▶ _Exercise prompt_: Go through the material below and state how many lines include "Angle", giving the number only.
════
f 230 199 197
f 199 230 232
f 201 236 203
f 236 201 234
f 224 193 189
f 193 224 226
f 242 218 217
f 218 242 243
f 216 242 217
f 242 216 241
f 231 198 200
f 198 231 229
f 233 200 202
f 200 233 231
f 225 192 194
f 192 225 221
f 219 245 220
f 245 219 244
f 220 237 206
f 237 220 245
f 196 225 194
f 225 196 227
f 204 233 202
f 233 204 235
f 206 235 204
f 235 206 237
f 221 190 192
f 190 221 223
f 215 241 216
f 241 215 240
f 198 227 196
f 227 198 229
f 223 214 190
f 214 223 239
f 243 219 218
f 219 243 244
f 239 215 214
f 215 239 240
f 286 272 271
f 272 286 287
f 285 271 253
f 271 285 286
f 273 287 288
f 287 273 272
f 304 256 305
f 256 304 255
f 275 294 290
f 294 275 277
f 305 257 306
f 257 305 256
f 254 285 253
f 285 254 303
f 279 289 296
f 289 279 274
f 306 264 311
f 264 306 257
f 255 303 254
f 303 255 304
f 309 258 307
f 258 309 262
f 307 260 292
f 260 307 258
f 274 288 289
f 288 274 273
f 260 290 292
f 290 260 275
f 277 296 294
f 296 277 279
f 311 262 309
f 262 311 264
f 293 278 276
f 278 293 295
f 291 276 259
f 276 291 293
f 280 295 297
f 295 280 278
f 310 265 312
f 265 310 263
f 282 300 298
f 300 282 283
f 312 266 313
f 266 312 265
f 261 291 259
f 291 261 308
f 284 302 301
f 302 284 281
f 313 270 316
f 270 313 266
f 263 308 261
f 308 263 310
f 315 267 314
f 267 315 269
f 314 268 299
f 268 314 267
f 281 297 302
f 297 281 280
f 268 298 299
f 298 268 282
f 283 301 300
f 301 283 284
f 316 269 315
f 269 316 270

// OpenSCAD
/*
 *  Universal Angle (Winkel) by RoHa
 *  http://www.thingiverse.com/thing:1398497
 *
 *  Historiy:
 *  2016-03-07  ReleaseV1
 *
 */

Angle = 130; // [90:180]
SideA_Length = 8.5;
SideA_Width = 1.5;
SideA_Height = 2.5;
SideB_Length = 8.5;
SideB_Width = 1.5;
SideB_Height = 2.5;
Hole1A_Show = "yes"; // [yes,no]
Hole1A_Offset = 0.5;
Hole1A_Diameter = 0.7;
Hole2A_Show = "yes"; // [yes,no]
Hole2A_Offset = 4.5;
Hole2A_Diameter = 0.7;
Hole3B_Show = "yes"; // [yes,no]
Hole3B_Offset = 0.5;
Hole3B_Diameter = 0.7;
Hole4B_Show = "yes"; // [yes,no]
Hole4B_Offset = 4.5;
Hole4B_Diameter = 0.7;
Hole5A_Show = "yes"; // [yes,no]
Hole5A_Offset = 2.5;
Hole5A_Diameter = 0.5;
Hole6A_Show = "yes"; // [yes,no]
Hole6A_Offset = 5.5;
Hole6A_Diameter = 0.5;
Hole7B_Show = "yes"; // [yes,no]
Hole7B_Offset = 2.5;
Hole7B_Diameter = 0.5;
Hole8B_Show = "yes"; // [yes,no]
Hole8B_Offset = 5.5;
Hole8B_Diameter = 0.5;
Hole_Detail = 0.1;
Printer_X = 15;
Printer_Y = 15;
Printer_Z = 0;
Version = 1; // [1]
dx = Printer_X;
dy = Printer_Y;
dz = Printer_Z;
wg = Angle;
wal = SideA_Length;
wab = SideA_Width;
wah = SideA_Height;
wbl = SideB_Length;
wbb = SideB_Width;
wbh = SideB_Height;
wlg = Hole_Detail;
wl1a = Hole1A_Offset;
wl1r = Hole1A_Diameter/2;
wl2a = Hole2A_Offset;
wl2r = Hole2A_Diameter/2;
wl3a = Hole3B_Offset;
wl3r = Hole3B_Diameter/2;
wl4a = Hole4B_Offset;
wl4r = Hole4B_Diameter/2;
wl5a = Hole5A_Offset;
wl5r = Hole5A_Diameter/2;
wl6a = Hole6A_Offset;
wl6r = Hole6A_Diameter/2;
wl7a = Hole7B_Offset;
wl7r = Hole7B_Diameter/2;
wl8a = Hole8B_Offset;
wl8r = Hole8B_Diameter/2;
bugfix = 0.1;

════
▶ _Written solution_: 3